# How long is a survey good for?



## plaster93 (Sep 25, 2011)

I'm look at buying a boat in the under $10k range.
One boat I found was already surveyed 18 months ago buy the owner for insurance purposes.
No bottom inspection was done and just visual on engine.
This is a 30'er.
Should I accept the old survey or get another or just get the bottom checked and the engine ?
First time buyer


----------



## Faster (Sep 13, 2005)

An 'insurance survey' is a bit of a 'rubber stamp' for people renewing their insurance. Nowhere near as thorough as a proper survey.

Your own insurance company may accept the insurance survey since it's less than 5 years old, but if you're financing the bank may not. It also won't really tell you what you need to know about the boat to make a fair decision on purchase, esp as a 'first time buyer'.

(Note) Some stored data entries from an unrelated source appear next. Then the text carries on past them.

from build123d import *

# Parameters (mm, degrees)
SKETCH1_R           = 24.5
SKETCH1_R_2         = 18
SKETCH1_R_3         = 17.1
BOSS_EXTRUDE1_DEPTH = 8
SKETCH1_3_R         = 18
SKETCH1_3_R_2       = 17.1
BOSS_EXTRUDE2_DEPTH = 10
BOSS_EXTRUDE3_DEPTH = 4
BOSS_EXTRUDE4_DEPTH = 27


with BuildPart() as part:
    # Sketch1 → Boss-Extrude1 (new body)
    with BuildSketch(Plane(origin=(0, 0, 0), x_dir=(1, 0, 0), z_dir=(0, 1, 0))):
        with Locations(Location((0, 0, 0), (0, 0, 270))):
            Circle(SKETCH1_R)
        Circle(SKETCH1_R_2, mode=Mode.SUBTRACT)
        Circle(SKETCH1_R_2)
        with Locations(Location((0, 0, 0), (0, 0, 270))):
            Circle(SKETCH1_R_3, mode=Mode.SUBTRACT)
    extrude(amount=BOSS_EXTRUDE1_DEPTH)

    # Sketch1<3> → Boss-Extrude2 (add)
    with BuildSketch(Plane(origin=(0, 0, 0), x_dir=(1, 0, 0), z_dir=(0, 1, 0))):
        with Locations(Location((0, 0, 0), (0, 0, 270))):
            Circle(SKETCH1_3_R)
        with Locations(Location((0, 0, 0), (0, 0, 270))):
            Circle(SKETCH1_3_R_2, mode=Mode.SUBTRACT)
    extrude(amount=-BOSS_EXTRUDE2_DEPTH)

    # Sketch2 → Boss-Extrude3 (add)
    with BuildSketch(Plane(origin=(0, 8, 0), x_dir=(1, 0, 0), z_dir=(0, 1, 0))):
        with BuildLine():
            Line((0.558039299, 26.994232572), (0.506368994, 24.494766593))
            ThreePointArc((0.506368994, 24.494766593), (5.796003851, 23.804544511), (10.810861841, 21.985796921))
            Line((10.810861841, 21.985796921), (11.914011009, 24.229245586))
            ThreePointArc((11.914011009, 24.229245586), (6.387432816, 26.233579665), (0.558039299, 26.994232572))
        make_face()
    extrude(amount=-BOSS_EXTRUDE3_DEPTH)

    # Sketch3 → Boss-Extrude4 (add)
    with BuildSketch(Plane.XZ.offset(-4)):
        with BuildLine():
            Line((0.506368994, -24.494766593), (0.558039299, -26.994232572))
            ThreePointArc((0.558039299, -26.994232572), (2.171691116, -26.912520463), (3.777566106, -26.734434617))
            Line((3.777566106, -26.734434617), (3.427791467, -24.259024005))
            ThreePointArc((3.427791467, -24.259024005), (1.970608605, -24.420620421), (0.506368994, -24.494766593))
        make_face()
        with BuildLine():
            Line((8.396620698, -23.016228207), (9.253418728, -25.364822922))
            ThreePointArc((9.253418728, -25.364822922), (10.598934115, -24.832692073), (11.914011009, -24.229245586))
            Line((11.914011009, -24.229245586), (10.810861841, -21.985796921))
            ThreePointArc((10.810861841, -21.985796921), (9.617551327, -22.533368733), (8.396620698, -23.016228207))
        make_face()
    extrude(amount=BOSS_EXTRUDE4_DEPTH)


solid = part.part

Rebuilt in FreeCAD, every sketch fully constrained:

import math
import FreeCAD as App
import Part
import Sketcher
from FreeCAD import Vector
Q = App.Units.Quantity

doc = App.newDocument("Part")
body = doc.addObject("PartDesign::Body", "Body")

# Sketch on XZ plane
sketch1 = body.newObject("Sketcher::SketchObject", "Sketch")
sketch1.AttachmentSupport = (doc.getObject("XZ_Plane"), [""])
sketch1.MapMode = "FlatFace"
sketch1.addGeometry([
    Part.Circle(Vector(0, 0, 0), Vector(0, 0, 1), 24),
    Part.Circle(Vector(0, 0, 0), Vector(0, 0, 1), 17),
], False)
sketch1.addConstraint([
    Sketcher.Constraint("Coincident", 0, 3, -1, 1),
    Sketcher.Constraint("Coincident", 1, 3, -1, 1),
    Sketcher.Constraint("Diameter", 0, Q("49 mm")),
    Sketcher.Constraint("Diameter", 1, Q("34.2 mm")),
])
pad1 = body.newObject("PartDesign::Pad", "Pad")
pad1.Profile = sketch1
pad1.Length = 8
pad1.Reversed = True

# Sketch on XZ plane
sketch2 = body.newObject("Sketcher::SketchObject", "Sketch001")
sketch2.AttachmentSupport = (doc.getObject("XZ_Plane"), [""])
sketch2.MapMode = "FlatFace"
sketch2.addGeometry([
    Part.Circle(Vector(0, 0, 0), Vector(0, 0, 1), 18),
    Part.Circle(Vector(0, 0, 0), Vector(0, 0, 1), 17),
], False)
sketch2.addConstraint([
    Sketcher.Constraint("Coincident", 0, 3, -1, 1),
    Sketcher.Constraint("Coincident", 1, 3, -1, 1),
    Sketcher.Constraint("Diameter", 0, Q("36 mm")),
    Sketcher.Constraint("Diameter", 1, Q("34.2 mm")),
])
pad2 = body.newObject("PartDesign::Pad", "Pad001")
pad2.Profile = sketch2
pad2.Length = 10

# Sketch on XZ plane
sketch3 = body.newObject("Sketcher::SketchObject", "Sketch002")
sketch3.AttachmentSupport = (doc.getObject("XZ_Plane"), [""])
sketch3.MapMode = "FlatFace"
sketch3.AttachmentOffset = App.Placement(Vector(0, 0, -8), App.Rotation())
sketch3.addGeometry([
    Part.LineSegment(Vector(0.6, -27, 0), Vector(0.5, -24.5, 0)),
    Part.ArcOfCircle(Part.Circle(Vector(0, 0, 0), Vector(0, 0, 1), 24.5), math.radians(-89), math.radians(-64)),
    Part.LineSegment(Vector(10.8, -22, 0), Vector(11.9, -24.2, 0)),
    Part.ArcOfCircle(Part.Circle(Vector(0, 0, 0), Vector(0, 0, 1), 27), math.radians(-89), math.radians(-64)),
], False)
sketch3.addConstraint([
    Sketcher.Constraint("Coincident", 0, 2, 1, 1),
    Sketcher.Constraint("Coincident", 1, 2, 2, 1),
    Sketcher.Constraint("Coincident", 2, 2, 3, 2),
    Sketcher.Constraint("Coincident", 3, 1, 0, 1),
    Sketcher.Constraint("Coincident", 1, 3, -1, 1),
    Sketcher.Constraint("Coincident", 3, 3, -1, 1),
    Sketcher.Constraint("Radius", 3, Q("27 mm")),
    Sketcher.Constraint("Radius", 1, Q("24.5 mm")),
    Sketcher.Constraint("DistanceX", -1, 1, 0, 2, Q("0.506369 mm")),
    Sketcher.Constraint("DistanceX", -1, 1, 1, 2, Q("10.810862 mm")),
    Sketcher.Constraint("DistanceX", -1, 1, 2, 2, Q("11.914011 mm")),
    Sketcher.Constraint("DistanceX", -1, 1, 3, 1, Q("0.558039 mm")),
])
pad3 = body.newObject("PartDesign::Pad", "Pad002")
pad3.Profile = sketch3
pad3.Length = 4

# Sketch on XZ plane
sketch4 = body.newObject("Sketcher::SketchObject", "Sketch003")
sketch4.AttachmentSupport = (doc.getObject("XZ_Plane"), [""])
sketch4.MapMode = "FlatFace"
sketch4.AttachmentOffset = App.Placement(Vector(0, 0, -4), App.Rotation())
sketch4.addGeometry([
    Part.LineSegment(Vector(0.5, -24.5, 0), Vector(0.6, -27, 0)),  # 0
    Part.ArcOfCircle(Part.Circle(Vector(0, 0, 0), Vector(0, 0, 1), 27), math.radians(-88.82), math.radians(-81.96)),  # 1
    Part.LineSegment(Vector(3.8, -26.7, 0), Vector(3.4, -24.3, 0)),  # 2
    Part.ArcOfCircle(Part.Circle(Vector(0, 0, 0), Vector(0, 0, 1), 24.5), math.radians(-88.82), math.radians(-81.96)),  # 3
    Part.LineSegment(Vector(8.4, -23, 0), Vector(9.3, -25.4, 0)),  # 4
    Part.ArcOfCircle(Part.Circle(Vector(0, 0, 0), Vector(0, 0, 1), 27), math.radians(-69.96), math.radians(-63.82)),  # 5
    Part.LineSegment(Vector(11.9, -24.2, 0), Vector(10.8, -22, 0)),  # 6
    Part.ArcOfCircle(Part.Circle(Vector(0, 0, 0), Vector(0, 0, 1), 24.5), math.radians(-69.96), math.radians(-63.82)),  # 7
], False)
sketch4.addConstraint([
    Sketcher.Constraint("Coincident", 0, 2, 1, 1),
    Sketcher.Constraint("Coincident", 1, 2, 2, 1),
    Sketcher.Constraint("Coincident", 2, 2, 3, 2),
    Sketcher.Constraint("Coincident", 3, 1, 0, 1),
    Sketcher.Constraint("Coincident", 4, 2, 5, 1),
    Sketcher.Constraint("Coincident", 5, 2, 6, 1),
    Sketcher.Constraint("Coincident", 6, 2, 7, 2),
    Sketcher.Constraint("Coincident", 7, 1, 4, 1),
    Sketcher.Constraint("Coincident", 1, 3, -1, 1),
    Sketcher.Constraint("Coincident", 3, 3, -1, 1),
    Sketcher.Constraint("Coincident", 5, 3, -1, 1),
    Sketcher.Constraint("Coincident", 7, 3, -1, 1),
    Sketcher.Constraint("Equal", 1, 5),
    Sketcher.Constraint("Equal", 3, 7),
    Sketcher.Constraint("Radius", 1, Q("27 mm")),
    Sketcher.Constraint("Radius", 3, Q("24.5 mm")),
    Sketcher.Constraint("DistanceY", 4, 2, 2, 2, Q("1.105799 mm")),
    Sketcher.Constraint("DistanceX", 7, 1, 4, 2, Q("0.856798 mm")),
    Sketcher.Constraint("DistanceX", -1, 1, 0, 2, Q("0.558039 mm")),
    Sketcher.Constraint("DistanceX", -1, 1, 2, 2, Q("3.427791 mm")),
    Sketcher.Constraint("DistanceX", -1, 1, 3, 1, Q("0.506369 mm")),
    Sketcher.Constraint("DistanceX", -1, 1, 5, 2, Q("11.914011 mm")),
    Sketcher.Constraint("DistanceX", -1, 1, 6, 2, Q("10.810862 mm")),
    Sketcher.Constraint("DistanceY", 1, 2, 2, 2, Q("2.475411 mm")),
])
pad4 = body.newObject("PartDesign::Pad", "Pad003")
pad4.Profile = sketch4
pad4.Length = 27

doc.recompute()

Bottom line the 'right thing' to do is get a proper purchase survey. Buying a boat without a thorough inspection of the underwater bits is a risky maneuver.. ask yourself can you afford to throw away the $10K if you buy wrong??


----------



## hellosailor (Apr 11, 2006)

Plaster, if a survey was any good in the first place, the surveyor competent and honest, it was good for about ten minutes. As soon as the surveyor walks away, that's that. In eighteen months someone can hit a rock, break the rigging, let the bilges fill up with water and start rotting out the boat. The chainplates can leak, the engine can be overheated and blown, the rudder shaft can be bent. Rats can eat the sails while a tree falls on the lifelines and bends the stanchions.

How long is a survey good for? How long is a piece of string?

And it isn't just your ten grand at risk. If you start to do a little work here and there, wind up putting in another grand or two, contract for a year at a marina, then find out there's a major problem and you're going to have to pay to have the boat hauled away because they are treated as hazmat at regular landfills...You could easily wind up putting $15k plus at risk here.

If you don't know boats, and can't get help from someone who does, a survey is worth considering. If you will be insuring the boat then your insurer may also require a survey from a specific list of surveyors they have approved. If you've had a survey done but they require someone else, you wind up buying two surveys.


----------



## Minnewaska (Feb 21, 2010)

I never go a single week, without finding something new that needs attention. 18 months is a lifetime on a boat. As mentioned, an insurance survey is a different beast.


----------



## SloopJonB (Jun 6, 2011)

Minnewaska said:


> I never go a single week, without finding something new that needs attention. 18 months is a lifetime on a boat. As mentioned, an insurance survey is a different beast.


Exactly, a boat can sink in a few minutes. High performance auto shops commonly guarantee their work as far as the door - much the same applies to marine surveys.


----------